(Task) Each line below from the one containing "f 127 128 132" through the one containing "f 120 60 48" is to be given again exactly, and no line outside that span.

Stored data:
┏━━
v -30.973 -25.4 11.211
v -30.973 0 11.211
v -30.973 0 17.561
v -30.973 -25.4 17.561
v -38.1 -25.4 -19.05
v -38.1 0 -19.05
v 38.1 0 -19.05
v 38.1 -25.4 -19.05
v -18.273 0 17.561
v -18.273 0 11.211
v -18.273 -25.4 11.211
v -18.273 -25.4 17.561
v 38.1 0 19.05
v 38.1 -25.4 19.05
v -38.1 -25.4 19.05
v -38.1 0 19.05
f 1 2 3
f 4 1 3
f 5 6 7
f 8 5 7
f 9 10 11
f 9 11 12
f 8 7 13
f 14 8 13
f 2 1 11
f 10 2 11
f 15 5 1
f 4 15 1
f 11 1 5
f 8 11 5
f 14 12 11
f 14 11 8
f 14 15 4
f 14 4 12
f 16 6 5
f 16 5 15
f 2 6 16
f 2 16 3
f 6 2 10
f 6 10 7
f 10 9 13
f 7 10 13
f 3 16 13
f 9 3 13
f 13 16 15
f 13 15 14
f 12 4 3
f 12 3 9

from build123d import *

# Parameters (mm, degrees)
F0_W     = 76.2
F0_H     = 38.1
F1_DEPTH = 25.4
F2_W     = 12.7
F2_H     = 6.35
F3_DEPTH = 36.83
F4_W     = 12.7
F4_H     = 6.35
F5_DEPTH = 101.854


with BuildPart() as f1:
    # F0 (on Front) → F1 (new body)
    with BuildSketch(Plane.XZ):
        Rectangle(F0_W, F0_H)
    extrude(amount=F1_DEPTH)

    # F2 (on Front) → F3 (cut)
    with BuildSketch(Plane.XZ):
        with Locations((-28.330677, 12.612414)):
            Rectangle(F2_W, F2_H)
    extrude(amount=-F3_DEPTH, mode=Mode.SUBTRACT)

    # F4 (on Front) → F5 (cut)
    with BuildSketch(Plane.XZ):
        with Locations((-24.622671, 14.386035)):
            Rectangle(F4_W, F4_H)
    extrude(amount=F5_DEPTH, mode=Mode.SUBTRACT)


solid = f1.part
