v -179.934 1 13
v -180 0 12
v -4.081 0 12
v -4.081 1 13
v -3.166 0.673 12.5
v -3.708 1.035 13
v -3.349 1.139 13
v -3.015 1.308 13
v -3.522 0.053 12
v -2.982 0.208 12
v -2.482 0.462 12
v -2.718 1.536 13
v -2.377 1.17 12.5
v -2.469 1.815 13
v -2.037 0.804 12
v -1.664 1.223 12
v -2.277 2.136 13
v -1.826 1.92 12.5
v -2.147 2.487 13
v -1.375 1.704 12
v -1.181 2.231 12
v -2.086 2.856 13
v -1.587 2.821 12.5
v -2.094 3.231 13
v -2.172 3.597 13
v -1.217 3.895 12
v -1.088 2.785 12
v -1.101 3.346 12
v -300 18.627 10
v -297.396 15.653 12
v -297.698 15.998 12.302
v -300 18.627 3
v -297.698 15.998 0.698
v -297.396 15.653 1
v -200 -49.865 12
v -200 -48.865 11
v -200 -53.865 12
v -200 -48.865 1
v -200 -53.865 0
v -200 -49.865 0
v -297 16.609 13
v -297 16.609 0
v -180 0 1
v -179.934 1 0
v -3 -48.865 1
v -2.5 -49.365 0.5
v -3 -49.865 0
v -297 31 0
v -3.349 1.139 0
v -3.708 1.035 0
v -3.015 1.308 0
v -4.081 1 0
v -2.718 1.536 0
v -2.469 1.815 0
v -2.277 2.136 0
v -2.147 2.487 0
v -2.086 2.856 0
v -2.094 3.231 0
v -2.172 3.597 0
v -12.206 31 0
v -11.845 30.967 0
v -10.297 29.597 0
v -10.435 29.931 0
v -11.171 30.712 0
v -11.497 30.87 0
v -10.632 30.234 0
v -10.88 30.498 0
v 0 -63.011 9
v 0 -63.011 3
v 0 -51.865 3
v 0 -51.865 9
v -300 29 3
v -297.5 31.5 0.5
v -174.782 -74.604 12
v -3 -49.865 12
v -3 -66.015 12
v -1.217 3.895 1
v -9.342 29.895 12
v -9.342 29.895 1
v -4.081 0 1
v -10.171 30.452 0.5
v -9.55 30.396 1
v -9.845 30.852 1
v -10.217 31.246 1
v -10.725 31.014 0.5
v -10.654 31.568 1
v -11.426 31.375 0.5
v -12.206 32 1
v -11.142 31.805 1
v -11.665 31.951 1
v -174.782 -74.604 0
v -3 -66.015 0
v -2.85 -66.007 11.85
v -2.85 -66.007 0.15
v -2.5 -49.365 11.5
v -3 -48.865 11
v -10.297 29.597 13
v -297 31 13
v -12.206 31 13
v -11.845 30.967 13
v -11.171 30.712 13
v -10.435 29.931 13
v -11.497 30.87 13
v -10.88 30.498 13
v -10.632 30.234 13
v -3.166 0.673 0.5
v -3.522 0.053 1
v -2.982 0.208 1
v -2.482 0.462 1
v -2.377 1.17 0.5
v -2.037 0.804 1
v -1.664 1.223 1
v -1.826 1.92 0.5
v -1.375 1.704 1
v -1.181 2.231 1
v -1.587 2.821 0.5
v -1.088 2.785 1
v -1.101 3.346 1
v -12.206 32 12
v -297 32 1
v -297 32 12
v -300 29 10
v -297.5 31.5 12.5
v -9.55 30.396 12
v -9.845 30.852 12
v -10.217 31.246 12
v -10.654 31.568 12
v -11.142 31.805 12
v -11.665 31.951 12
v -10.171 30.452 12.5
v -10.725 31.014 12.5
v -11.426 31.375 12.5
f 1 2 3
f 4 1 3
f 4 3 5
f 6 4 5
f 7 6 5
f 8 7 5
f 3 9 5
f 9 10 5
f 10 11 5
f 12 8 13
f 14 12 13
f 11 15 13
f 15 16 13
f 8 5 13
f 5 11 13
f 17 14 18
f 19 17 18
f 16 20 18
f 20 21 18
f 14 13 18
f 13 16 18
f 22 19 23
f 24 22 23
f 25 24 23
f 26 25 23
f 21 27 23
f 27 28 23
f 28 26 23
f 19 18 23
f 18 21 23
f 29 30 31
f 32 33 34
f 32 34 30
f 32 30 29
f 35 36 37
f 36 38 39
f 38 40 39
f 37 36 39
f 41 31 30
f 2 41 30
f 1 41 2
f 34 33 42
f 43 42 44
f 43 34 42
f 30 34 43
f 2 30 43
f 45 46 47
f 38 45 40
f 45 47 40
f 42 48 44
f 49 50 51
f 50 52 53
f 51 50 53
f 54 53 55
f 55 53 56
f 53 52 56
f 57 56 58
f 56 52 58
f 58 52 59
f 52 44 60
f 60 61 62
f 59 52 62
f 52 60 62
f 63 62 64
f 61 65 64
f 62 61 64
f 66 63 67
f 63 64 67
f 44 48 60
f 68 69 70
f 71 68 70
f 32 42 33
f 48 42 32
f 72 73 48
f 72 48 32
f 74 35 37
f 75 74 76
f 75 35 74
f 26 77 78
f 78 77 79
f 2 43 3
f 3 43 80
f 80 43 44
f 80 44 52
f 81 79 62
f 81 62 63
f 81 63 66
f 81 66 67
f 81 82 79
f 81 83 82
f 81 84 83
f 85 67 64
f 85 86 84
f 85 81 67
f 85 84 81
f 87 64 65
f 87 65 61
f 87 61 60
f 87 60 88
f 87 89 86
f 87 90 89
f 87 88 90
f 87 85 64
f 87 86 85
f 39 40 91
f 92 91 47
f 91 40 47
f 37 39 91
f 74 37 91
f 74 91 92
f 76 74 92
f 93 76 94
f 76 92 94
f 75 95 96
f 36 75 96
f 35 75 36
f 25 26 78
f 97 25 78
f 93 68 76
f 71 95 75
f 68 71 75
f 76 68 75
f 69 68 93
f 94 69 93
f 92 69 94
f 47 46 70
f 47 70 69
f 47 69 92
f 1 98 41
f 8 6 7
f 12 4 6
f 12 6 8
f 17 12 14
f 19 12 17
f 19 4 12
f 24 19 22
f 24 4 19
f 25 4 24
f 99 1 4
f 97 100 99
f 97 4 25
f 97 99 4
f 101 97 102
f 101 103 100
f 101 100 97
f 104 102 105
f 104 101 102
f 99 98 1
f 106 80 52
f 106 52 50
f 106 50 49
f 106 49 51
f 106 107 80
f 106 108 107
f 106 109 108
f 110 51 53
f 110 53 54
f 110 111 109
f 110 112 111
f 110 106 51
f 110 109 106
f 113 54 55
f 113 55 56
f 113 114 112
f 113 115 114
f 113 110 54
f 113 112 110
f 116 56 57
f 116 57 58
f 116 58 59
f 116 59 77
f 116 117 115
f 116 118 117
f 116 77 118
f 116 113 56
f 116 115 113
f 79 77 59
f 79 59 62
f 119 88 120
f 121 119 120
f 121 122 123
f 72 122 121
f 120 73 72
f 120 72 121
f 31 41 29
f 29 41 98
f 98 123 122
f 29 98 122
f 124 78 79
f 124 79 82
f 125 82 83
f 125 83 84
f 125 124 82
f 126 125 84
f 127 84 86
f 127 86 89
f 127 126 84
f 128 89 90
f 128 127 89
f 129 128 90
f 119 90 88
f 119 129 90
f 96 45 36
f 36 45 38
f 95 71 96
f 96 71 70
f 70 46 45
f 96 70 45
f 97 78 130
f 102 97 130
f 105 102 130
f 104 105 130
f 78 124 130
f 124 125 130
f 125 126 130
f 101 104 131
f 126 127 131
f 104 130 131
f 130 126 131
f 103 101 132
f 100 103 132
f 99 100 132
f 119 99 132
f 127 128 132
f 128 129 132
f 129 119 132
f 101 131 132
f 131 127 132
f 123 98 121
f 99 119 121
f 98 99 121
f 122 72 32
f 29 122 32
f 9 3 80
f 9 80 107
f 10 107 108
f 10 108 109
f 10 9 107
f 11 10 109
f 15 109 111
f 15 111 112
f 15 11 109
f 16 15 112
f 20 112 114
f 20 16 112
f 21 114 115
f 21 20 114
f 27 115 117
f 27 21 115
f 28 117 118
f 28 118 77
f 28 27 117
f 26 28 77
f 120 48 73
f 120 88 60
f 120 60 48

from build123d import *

# Parameters (mm, degrees)
F1_DEPTH    = 13
F2_R        = 3
F3_T1_DEPTH = 31.4300979278
F3_T3_DEPTH = 28.4300979278
F3_T5_DEPTH = 26.5899249285
F4_SIZE     = 1
F6_DEPTH    = 12
F7_SIZE     = 1
F8_T1_DEPTH = 31.4300979278
F8_T3_DEPTH = 25.4300979278
F8_T5_DEPTH = 26.709280871


# Not quite as in the source:
# - a fillet or chamfer that OpenCascade refuses, or shapes differently, is made with other operations: its cross-section is extruded or revolved along the edge and cut away or added


with BuildPart() as f1:
    # F0 (on Top) → F1 (new body)
    with BuildSketch(Plane.XY):
        Polygon((-180, 0), (0, 0), (-10, 32), (-300, 32), (-300, 16), align=None)
    extrude(amount=F1_DEPTH)

    # F2
    f2_edges = [f1.edges().sort_by_distance(p)[0] for p in [
        (-10, 32, 6.5),
        (0, 0, 6.5),
    ]]
    fillet(f2_edges, radius=F2_R)

    # F3: chamfer of 3 on 4 edges, made by hand

    # F3_s2 → F3_t1 (cut)
    with BuildSketch(Plane.XZ.offset(-39.7150489639)):
        Polygon((-297, 13), (-300, 10), (-300, 13), align=None)
        Polygon((-297, 0), (-300, 3), (-300, 0), align=None)
    extrude(amount=F3_T1_DEPTH, mode=Mode.SUBTRACT)

    # F3_s4 → F3_t3 (cut)
    with BuildSketch(Plane.XY.offset(-7.7150489639)):
        Polygon((-300, 29), (-297, 32), (-300, 32), align=None)
    extrude(amount=F3_T3_DEPTH, mode=Mode.SUBTRACT)

    # F3_s6 → F3_t5 (cut)
    with BuildSketch(Plane.XY.offset(-6.7949624643)):
        Polygon((-297.3964911603, 15.652865488), (-300, 18.6265491901), (-300, 16), align=None)
    extrude(amount=F3_T5_DEPTH, mode=Mode.SUBTRACT)

    # F4
    f4_edges = [f1.edges().sort_by_distance(p)[0] for p in [
        (-154.602786, 32, 13),
        (-154.602786, 32, 0),
        (-238.5, 7.8, 13),
        (-92.040286, 0, 13),
        (-238.5, 7.8, 0),
        (-92.040286, 0, 0),
    ]]
    chamfer(f4_edges, length=F4_SIZE)


with BuildPart() as f6:
    # F5 (on Top) → F6 (new body)
    with BuildSketch(Plane.XY):
        Polygon((-174.7816593036, -74.6039791434), (0, -65.8648961782), (0, -48.8648961782), (-200, -48.8648961782), (-200, -53.8648961782), align=None)
    extrude(amount=F6_DEPTH)

    # F7
    f7_edges = [f6.edges().sort_by_distance(p)[0] for p in [
        (-100, -48.864896, 12),
        (-100, -48.864896, 0),
    ]]
    chamfer(f7_edges, length=F7_SIZE)

    # F8: chamfer of 3 on 4 edges, made by hand

    # F8_s2 → F8_t1 (cut)
    with BuildSketch(Plane.XZ.offset(42.1498472143)):
        Polygon((0, 9), (-3, 12), (0, 12), align=None)
        Polygon((0, 3), (-3, 0), (0, 0), align=None)
    extrude(amount=F8_T1_DEPTH, mode=Mode.SUBTRACT)

    # F8_s4 → F8_t3 (cut)
    with BuildSketch(Plane.XY.offset(-6.7150489639)):
        Polygon((0, -51.8648961782), (-3, -48.8648961782), (0, -48.8648961782), align=None)
    extrude(amount=F8_T3_DEPTH, mode=Mode.SUBTRACT)

    # F8_s6 → F8_t5 (cut)
    with BuildSketch(Plane.XY.offset(-7.3546404355)):
        Polygon((0, -63.0111485191), (-2.8501871492, -66.0074055357), (0, -65.8648961782), align=None)
    extrude(amount=F8_T5_DEPTH, mode=Mode.SUBTRACT)


solid = Compound([f1.part, f6.part])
┗━━
(Solution for this exercise)
f 127 128 132
f 128 129 132
f 129 119 132
f 101 131 132
f 131 127 132
f 123 98 121
f 99 119 121
f 98 99 121
f 122 72 32
f 29 122 32
f 9 3 80
f 9 80 107
f 10 107 108
f 10 108 109
f 10 9 107
f 11 10 109
f 15 109 111
f 15 111 112
f 15 11 109
f 16 15 112
f 20 112 114
f 20 16 112
f 21 114 115
f 21 20 114
f 27 115 117
f 27 21 115
f 28 117 118
f 28 118 77
f 28 27 117
f 26 28 77
f 120 48 73
f 120 88 60
f 120 60 48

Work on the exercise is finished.